Alternate Perceptions Magazine, July 2024
The Saucer Files
A Strange Cleveland Encounter
by: Rick Hilberg
In the past few years, it seems as if stories about past UFO crashes pop up just about constantly, told by people from all sorts of backgrounds and in many cases seemingly reliable.
I must run the above disclaimer to the story that follows, because I honestly don't know what to make of it. Like some or all the crashed UFO stories, it may be true - and then again it may not be.
I received a phone call on my then UFO hotline in September 1981 from Eddie S., a seemingly sincere man who didn't want his last name to be used in this account, who was puzzled by a sighting that he had had sometime in the past month.
Since he could not remember the specific date, his report of a typical daylight disk that made a number of maneuvers, including a 90 - degree turn, wouldn't be much use in the statistical catalog of UFO reports we were then working on. But I listened to his full account and told him that we had many almost identical to it in our files. After discussing the UFO subject in general, he asked me whether we ever received reports of crashed flying objects and whether we could place any stock in them.
After I replied in the affirmative and told him that we were always interested in these kinds of reports, he told me that something happened to him when he was a young man that puzzled him a great deal and that he had never told his family about for fear he wouldn't be believed. As best Eddie could remember, the incident took place in August of 1952. He was shopping in a downtown Cleveland stamp shop when he struck up a conversation with another customer. Eddie told me that they discussed the stamp collecting hobby for a while, and generally seemed to enjoy each other's conversation. Eddie described his new friend as a somewhat heavy-set man of about 32, with a sort of dark complexion and a crew cut. During the next several weeks they would meet to discuss stamps and sometimes play a few games of chess over at Eddie's house.
Eddie reported that his new friend would win every one of their chess games, even though he was a pretty fair chess player, and had won many games in a chess club he was a member of at school. He said at the time he felt as if this person could read his mind because he seemed to know his next several moves.

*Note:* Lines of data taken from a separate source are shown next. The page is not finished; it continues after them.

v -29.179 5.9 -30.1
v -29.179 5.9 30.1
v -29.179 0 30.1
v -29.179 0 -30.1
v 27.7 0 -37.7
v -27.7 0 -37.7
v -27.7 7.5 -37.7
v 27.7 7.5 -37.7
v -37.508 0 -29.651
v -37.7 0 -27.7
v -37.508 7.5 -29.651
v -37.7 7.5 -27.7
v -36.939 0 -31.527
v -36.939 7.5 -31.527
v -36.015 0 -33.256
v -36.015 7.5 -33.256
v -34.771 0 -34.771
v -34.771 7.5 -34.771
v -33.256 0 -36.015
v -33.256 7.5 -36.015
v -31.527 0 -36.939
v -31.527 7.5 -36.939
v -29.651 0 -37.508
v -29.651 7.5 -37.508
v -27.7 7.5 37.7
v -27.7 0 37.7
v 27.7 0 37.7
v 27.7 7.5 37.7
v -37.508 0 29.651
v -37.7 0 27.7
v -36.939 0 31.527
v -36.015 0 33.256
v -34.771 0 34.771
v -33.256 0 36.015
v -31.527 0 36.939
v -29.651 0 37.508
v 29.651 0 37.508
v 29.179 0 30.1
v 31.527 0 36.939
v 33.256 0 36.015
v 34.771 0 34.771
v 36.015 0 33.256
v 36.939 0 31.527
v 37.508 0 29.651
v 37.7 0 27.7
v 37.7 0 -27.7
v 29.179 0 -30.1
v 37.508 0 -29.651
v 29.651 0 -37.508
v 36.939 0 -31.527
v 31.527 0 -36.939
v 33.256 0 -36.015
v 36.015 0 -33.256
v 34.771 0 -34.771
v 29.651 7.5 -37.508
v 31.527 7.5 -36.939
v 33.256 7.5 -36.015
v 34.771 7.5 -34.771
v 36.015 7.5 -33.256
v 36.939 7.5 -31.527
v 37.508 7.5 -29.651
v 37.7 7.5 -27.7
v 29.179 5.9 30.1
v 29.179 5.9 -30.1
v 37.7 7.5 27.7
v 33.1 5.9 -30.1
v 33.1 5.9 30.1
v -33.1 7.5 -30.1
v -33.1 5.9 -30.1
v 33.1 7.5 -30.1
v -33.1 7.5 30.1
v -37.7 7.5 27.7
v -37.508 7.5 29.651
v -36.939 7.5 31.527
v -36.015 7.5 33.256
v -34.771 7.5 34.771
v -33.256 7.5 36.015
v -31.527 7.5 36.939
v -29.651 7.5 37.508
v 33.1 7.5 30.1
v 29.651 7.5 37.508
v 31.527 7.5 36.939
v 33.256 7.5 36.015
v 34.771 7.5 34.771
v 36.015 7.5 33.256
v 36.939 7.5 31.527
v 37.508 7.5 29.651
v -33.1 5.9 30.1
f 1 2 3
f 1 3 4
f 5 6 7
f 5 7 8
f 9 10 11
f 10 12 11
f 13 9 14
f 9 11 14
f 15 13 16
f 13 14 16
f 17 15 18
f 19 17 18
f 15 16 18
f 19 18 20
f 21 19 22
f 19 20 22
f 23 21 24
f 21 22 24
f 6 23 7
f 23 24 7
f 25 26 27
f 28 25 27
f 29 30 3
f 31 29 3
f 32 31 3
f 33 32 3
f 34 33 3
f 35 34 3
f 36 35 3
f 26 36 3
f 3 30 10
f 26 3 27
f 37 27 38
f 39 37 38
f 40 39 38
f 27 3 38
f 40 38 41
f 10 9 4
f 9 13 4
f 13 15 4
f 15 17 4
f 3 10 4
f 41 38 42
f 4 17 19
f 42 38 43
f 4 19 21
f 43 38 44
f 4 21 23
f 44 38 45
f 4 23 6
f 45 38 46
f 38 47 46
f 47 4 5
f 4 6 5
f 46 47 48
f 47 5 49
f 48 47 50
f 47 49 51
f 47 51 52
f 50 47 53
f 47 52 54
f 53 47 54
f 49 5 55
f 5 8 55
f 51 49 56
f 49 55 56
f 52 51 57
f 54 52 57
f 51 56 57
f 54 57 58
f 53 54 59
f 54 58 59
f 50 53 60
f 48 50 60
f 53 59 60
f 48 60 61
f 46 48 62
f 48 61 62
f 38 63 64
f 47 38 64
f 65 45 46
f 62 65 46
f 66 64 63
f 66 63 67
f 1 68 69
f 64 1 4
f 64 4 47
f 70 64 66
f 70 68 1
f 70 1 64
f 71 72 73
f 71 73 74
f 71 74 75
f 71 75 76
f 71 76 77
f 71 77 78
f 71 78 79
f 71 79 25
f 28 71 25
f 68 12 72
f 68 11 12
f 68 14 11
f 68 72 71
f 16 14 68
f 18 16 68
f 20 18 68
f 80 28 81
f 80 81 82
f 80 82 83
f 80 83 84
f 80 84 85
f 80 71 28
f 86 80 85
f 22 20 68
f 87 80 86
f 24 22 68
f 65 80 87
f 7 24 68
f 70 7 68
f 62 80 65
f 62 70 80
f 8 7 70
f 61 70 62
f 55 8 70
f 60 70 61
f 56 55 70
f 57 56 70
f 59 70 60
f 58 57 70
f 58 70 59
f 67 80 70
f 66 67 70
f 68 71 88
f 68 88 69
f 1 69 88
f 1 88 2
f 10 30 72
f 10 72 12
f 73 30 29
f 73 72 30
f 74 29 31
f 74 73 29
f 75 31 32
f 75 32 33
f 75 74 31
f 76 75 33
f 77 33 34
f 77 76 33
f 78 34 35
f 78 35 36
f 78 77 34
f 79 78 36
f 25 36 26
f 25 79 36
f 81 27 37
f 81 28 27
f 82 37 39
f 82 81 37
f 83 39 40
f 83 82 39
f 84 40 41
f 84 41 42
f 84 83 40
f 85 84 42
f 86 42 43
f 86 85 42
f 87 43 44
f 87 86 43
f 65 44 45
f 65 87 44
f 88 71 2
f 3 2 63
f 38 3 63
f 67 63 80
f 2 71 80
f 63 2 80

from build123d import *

# Parameters (mm, degrees)
SKETCH1_W             = 75.4
SKETCH1_H             = 75.4
BASE_DEPTH            = 7.5
SKETCH2_W             = 66.2
SKETCH2_H             = 60.2
SLOT_DEPTH            = 1.6
SKETCH3_W             = 58.357887306
SKETCH3_H             = 60.2
SLOT_COMPONENTS_DEPTH = 5.9
FILLET2_R             = 10


with BuildPart() as part:
    # Sketch1 → Base (new body)
    with BuildSketch(Plane(origin=(0, 0, 0), x_dir=(1, 0, 0), z_dir=(0, 1, 0))):
        Rectangle(SKETCH1_W, SKETCH1_H)
    extrude(amount=BASE_DEPTH)

    # Sketch2 → Slot (cut)
    with BuildSketch(Plane(origin=(0, 7.5, 0), x_dir=(1, 0, 0), z_dir=(0, 1, 0))):
        Rectangle(SKETCH2_W, SKETCH2_H)
    extrude(amount=-SLOT_DEPTH, mode=Mode.SUBTRACT)

    # Sketch3 → Slot-Components (cut)
    with BuildSketch(Plane(origin=(0, 5.9, 0), x_dir=(1, 0, 0), z_dir=(0, 1, 0))):
        Rectangle(SKETCH3_W, SKETCH3_H)
    extrude(amount=-SLOT_COMPONENTS_DEPTH, mode=Mode.SUBTRACT)

    # Fillet2
    fillet2_edges = [part.edges().sort_by_distance(p)[0] for p in [
        (37.7, 3.75, 37.7),
        (-37.7, 3.75, 37.7),
        (-37.7, 3.75, -37.7),
        (37.7, 3.75, -37.7),
    ]]
    fillet(fillet2_edges, radius=FILLET2_R)


solid = part.part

Eddie related that his new friend (he never gave me his first name and admitted he had forgotten his surname) claimed that he was a chemical engineer for the state of Ohio, and worked with testing paint, or some similar line of work. The man also seemed to know a great deal about technical subjects. Eddie related that they would be walking down the street, and his friend would suddenly start rattling off all kinds of detailed information regarding a passing car, or how some complicated piece of machinery worked.
Eddie said that it seemed that this man knew far more about any technical subject than even an engineer would know. He also noticed that the man always spoke textbook perfect English, and although he claimed to be from Ohio he had a slight accent that Eddie couldn't quite place.
After knowing him for about three weeks, Eddie was invited over to the man's house for dinner and an evening of chess. It was sometime after dinner when Eddie said his friend got a photograph out of a drawer and handed it over, asking whether he had ever heard about flying objects.
Eddie replied that he didn't know too much but had read reports of them in the newspaper from time to time. Eddie said he looked at the photograph and was amazed to see what appeared to be some sort of large flying machine that had crashed into the side of a hill. He said whatever it was, it was really badly damaged by the crash because parts of its outer skin were shredded and lying around all over the impact site, and that only a badly twisted frame of some sort remained that reminded him of an umbrella shape.
He was sure, however, that whatever it was, it certainly wasn't any sort of aircraft that he was familiar with. He also said that there were two bodies lying on the ground near the craft, and they appeared to be human shapes and charred horribly as if by a great amount of fire. He stated that he estimated them to be between four and five feet tall, but when asked how he could be sure of their height he replied that it was just a guess on his part. He asked his host just what the photograph showed but got no reply. The photo was put back in its place and the two went on to a game of chess. After not hearing from his chess friend for a week, Eddie decided to go over to his house to see if anything was wrong as he usually heard from him every few days. When he knocked on the door, he was startled to be confronted by an older woman who eyed him suspiciously.
The strange part was when he was told that it was impossible that his friend lived there, because the woman was the only one living in the house, and she has lived there most of her adult life. No, she had never seen nor heard about anyone like him in the neighborhood, and asked Eddie to go away as evidently she thought he was mentally unbalanced or out to do her harm.
Eddie said that he never heard from the man again, except several days after the incident with the woman he received a birthday card from his friend. But Eddie never told the man that his birthday was coming up. That's the end of the story, and I must admit that it sounds a lot like the empty house story that Kenneth Arnold wrote about during his investigation of the Maury Island "hoax" in The Coming of the Saucers. All I can say is that Eddie was totally puzzled by the whole affair now so long ago.